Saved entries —
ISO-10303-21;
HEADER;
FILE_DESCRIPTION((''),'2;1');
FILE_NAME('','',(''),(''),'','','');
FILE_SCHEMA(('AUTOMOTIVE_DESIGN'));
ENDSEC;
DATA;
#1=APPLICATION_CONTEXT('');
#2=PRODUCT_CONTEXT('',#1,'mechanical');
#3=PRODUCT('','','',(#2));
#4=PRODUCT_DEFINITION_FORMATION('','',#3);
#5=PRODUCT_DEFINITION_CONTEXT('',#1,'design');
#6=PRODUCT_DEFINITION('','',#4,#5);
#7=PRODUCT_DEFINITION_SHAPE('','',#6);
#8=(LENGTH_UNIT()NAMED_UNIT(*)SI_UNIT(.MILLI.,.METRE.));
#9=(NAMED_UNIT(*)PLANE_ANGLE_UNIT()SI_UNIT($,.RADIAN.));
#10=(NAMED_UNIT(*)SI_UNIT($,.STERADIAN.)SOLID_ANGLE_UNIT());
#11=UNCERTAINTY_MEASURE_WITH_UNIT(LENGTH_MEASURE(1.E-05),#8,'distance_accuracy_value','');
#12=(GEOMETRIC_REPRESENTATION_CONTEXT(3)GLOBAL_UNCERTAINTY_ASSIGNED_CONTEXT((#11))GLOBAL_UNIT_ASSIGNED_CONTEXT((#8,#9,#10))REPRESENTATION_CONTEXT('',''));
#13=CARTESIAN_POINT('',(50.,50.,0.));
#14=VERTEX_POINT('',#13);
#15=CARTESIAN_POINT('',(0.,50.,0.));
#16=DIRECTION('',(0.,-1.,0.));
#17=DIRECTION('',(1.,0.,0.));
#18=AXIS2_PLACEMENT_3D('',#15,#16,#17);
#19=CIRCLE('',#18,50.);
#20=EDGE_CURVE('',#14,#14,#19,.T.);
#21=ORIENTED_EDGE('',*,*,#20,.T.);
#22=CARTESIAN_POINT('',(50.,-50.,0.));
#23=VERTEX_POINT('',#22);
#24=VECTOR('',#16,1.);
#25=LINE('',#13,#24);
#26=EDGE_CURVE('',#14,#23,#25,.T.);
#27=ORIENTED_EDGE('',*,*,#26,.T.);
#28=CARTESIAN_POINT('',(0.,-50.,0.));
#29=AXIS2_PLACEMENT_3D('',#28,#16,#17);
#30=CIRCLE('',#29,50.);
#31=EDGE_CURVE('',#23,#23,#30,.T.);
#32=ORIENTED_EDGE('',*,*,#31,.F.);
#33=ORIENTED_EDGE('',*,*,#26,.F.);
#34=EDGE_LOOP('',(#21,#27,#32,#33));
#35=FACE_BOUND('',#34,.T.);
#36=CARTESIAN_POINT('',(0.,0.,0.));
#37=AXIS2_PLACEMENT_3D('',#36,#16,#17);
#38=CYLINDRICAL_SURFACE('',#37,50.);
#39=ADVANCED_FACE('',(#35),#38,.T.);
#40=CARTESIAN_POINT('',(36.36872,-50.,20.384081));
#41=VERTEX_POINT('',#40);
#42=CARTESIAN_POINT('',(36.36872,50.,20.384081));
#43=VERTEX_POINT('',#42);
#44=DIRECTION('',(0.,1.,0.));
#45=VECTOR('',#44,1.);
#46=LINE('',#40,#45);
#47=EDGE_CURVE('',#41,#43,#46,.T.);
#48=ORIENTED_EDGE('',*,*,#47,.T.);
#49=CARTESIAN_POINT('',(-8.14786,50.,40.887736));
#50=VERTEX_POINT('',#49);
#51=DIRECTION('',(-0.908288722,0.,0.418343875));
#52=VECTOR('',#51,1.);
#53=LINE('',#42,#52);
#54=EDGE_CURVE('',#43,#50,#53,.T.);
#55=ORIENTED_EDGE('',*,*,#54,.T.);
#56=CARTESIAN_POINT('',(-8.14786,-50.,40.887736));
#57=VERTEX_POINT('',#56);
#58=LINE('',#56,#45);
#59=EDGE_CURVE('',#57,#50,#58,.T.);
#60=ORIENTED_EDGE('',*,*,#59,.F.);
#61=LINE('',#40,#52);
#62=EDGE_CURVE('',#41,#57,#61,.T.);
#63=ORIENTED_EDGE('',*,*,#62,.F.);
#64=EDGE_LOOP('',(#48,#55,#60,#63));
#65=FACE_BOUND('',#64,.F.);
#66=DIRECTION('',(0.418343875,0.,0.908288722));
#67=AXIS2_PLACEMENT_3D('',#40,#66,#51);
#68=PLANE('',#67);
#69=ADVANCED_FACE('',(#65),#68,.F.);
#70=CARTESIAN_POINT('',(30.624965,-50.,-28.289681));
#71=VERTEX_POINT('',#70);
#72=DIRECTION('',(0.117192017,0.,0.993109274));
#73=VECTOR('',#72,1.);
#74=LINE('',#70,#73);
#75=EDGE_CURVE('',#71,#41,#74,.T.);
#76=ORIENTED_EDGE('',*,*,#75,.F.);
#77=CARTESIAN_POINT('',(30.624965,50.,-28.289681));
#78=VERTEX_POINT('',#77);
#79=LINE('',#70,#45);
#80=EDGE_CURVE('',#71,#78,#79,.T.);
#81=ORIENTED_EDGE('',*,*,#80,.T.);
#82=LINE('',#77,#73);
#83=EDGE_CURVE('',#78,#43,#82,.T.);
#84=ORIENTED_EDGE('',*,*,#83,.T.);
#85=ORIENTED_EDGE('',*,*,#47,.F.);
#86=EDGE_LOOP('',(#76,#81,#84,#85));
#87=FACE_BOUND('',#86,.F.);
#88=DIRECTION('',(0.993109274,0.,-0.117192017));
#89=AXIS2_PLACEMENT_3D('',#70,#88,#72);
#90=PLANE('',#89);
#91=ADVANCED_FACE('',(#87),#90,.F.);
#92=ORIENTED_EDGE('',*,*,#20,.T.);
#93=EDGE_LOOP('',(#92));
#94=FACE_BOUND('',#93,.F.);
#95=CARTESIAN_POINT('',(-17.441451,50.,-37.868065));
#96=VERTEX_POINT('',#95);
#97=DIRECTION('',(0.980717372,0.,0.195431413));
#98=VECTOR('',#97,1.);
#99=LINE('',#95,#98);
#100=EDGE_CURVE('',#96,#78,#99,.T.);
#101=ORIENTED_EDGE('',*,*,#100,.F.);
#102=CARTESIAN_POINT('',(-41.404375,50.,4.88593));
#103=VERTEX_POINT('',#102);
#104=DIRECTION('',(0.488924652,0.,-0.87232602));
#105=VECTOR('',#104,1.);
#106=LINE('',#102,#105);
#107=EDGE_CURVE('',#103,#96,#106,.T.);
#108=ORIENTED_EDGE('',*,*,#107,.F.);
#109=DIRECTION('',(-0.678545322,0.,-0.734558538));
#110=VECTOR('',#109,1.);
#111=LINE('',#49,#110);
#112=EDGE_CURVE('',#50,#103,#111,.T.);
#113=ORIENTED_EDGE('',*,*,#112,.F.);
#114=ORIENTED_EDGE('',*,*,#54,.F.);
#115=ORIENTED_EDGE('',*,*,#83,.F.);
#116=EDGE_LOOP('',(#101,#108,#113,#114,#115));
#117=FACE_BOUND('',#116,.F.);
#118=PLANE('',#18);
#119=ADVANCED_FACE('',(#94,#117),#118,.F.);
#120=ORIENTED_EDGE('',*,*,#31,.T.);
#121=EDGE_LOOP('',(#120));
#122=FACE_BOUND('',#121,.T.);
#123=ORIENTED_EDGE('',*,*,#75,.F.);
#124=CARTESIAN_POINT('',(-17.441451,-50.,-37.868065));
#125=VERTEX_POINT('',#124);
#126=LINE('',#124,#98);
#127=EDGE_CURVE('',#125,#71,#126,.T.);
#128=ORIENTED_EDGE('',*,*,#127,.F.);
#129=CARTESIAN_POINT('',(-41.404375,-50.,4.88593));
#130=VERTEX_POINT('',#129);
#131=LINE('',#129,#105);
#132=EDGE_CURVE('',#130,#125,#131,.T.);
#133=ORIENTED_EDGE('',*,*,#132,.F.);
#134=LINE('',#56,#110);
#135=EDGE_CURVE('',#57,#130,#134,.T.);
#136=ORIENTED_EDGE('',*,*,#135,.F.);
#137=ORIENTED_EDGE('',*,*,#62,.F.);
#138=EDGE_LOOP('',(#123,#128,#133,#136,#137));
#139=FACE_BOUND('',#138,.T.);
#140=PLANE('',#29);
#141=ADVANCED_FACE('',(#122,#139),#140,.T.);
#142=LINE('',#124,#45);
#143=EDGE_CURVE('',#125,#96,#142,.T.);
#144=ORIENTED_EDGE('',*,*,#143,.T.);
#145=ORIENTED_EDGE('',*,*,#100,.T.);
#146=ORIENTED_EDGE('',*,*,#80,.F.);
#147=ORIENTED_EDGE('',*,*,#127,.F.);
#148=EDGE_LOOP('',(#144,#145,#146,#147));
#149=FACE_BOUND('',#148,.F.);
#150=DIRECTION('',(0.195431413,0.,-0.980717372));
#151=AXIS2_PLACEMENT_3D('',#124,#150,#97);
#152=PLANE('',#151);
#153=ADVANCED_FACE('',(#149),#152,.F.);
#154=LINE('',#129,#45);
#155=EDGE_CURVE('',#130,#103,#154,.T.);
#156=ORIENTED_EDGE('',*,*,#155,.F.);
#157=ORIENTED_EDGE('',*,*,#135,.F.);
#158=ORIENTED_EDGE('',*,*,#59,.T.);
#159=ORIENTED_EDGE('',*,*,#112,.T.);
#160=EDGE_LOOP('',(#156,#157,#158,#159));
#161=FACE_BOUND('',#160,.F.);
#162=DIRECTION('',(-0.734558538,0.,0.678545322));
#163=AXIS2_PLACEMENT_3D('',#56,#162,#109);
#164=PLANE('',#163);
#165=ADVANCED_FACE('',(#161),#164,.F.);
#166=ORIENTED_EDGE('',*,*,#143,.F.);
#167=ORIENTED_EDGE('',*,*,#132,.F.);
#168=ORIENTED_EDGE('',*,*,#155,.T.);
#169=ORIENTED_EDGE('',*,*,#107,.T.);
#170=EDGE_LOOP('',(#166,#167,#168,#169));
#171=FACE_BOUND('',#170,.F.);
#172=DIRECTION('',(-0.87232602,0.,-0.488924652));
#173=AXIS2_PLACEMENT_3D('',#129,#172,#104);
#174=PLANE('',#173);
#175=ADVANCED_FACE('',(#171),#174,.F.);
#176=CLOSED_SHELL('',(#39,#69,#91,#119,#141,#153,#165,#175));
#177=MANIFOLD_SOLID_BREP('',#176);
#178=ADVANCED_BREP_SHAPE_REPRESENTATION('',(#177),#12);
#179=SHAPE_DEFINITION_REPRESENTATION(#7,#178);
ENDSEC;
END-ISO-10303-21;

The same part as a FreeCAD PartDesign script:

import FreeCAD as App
import Part
import Sketcher
from FreeCAD import Vector

doc = App.newDocument("Part")
body = doc.addObject("PartDesign::Body", "Body")

# Sketch on XZ plane
sketch1 = body.newObject("Sketcher::SketchObject", "Sketch")
sketch1.AttachmentSupport = (doc.getObject("XZ_Plane"), [""])
sketch1.MapMode = "FlatFace"
sketch1.addGeometry(Part.Circle(Vector(0, 0, 0), Vector(0, 0, 1), 50), False)
sketch1.addConstraint([
    Sketcher.Constraint("Coincident", 0, 3, -1, 1),
    Sketcher.Constraint("Diameter", 0, 100.0),
])
pad1 = body.newObject("PartDesign::Pad", "Pad")
pad1.Profile = sketch1
pad1.Length = 100
pad1.Midplane = True

# Sketch on XZ plane
sketch2 = body.newObject("Sketcher::SketchObject", "Sketch001")
sketch2.AttachmentSupport = (doc.getObject("XZ_Plane"), [""])
sketch2.MapMode = "FlatFace"
sketch2.AttachmentOffset = App.Placement(Vector(0, 0, 50), App.Rotation())
sketch2.addGeometry([
    Part.LineSegment(Vector(31, -28, 0), Vector(36, 20, 0)),  # 0
    Part.LineSegment(Vector(36, 20, 0), Vector(-8, 41, 0)),  # 1
    Part.LineSegment(Vector(-8, 41, 0), Vector(-41, 5, 0)),  # 2
    Part.LineSegment(Vector(-41, 5, 0), Vector(-17, -38, 0)),  # 3
    Part.LineSegment(Vector(-17, -38, 0), Vector(31, -28, 0)),  # 4
], False)
sketch2.addConstraint([
    Sketcher.Constraint("Coincident", 0, 2, 1, 1),
    Sketcher.Constraint("Coincident", 1, 2, 2, 1),
    Sketcher.Constraint("Coincident", 2, 2, 3, 1),
    Sketcher.Constraint("Coincident", 3, 2, 4, 1),
    Sketcher.Constraint("Coincident", 4, 2, 0, 1),
    Sketcher.Constraint("Equal", 0, 1),
    Sketcher.Constraint("Equal", 1, 2),
    Sketcher.Constraint("Equal", 2, 3),
    Sketcher.Constraint("Equal", 3, 4),
    Sketcher.Constraint("DistanceY", 3, 2, 1, 2, 78.755801),
    Sketcher.Constraint("DistanceX", -1, 1, 0, 2, 36.36872),
    Sketcher.Constraint("DistanceY", -1, 1, 0, 2, 20.384081),
    Sketcher.Constraint("DistanceX", 1, 2, -1, 1, 8.14786),
    Sketcher.Constraint("DistanceY", -1, 1, 2, 2, 4.88593),
    Sketcher.Constraint("DistanceX", 3, 2, -1, 1, 17.441451),
])
pocket1 = body.newObject("PartDesign::Pocket", "Pocket")
pocket1.Profile = sketch2
pocket1.Length = 100

doc.recompute()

Exercise details — Please give back, exactly as it stands above, the stretch from the line with "#10=(NAMED_UNIT(*)SI_UNIT($,.STERADIAN.)SOLID_ANGLE_UNIT());" through the line with "#25=LINE('',#13,#24);", and no line outside it.

Response —
#10=(NAMED_UNIT(*)SI_UNIT($,.STERADIAN.)SOLID_ANGLE_UNIT());
#11=UNCERTAINTY_MEASURE_WITH_UNIT(LENGTH_MEASURE(1.E-05),#8,'distance_accuracy_value','');
#12=(GEOMETRIC_REPRESENTATION_CONTEXT(3)GLOBAL_UNCERTAINTY_ASSIGNED_CONTEXT((#11))GLOBAL_UNIT_ASSIGNED_CONTEXT((#8,#9,#10))REPRESENTATION_CONTEXT('',''));
#13=CARTESIAN_POINT('',(50.,50.,0.));
#14=VERTEX_POINT('',#13);
#15=CARTESIAN_POINT('',(0.,50.,0.));
#16=DIRECTION('',(0.,-1.,0.));
#17=DIRECTION('',(1.,0.,0.));
#18=AXIS2_PLACEMENT_3D('',#15,#16,#17);
#19=CIRCLE('',#18,50.);
#20=EDGE_CURVE('',#14,#14,#19,.T.);
#21=ORIENTED_EDGE('',*,*,#20,.T.);
#22=CARTESIAN_POINT('',(50.,-50.,0.));
#23=VERTEX_POINT('',#22);
#24=VECTOR('',#16,1.);
#25=LINE('',#13,#24);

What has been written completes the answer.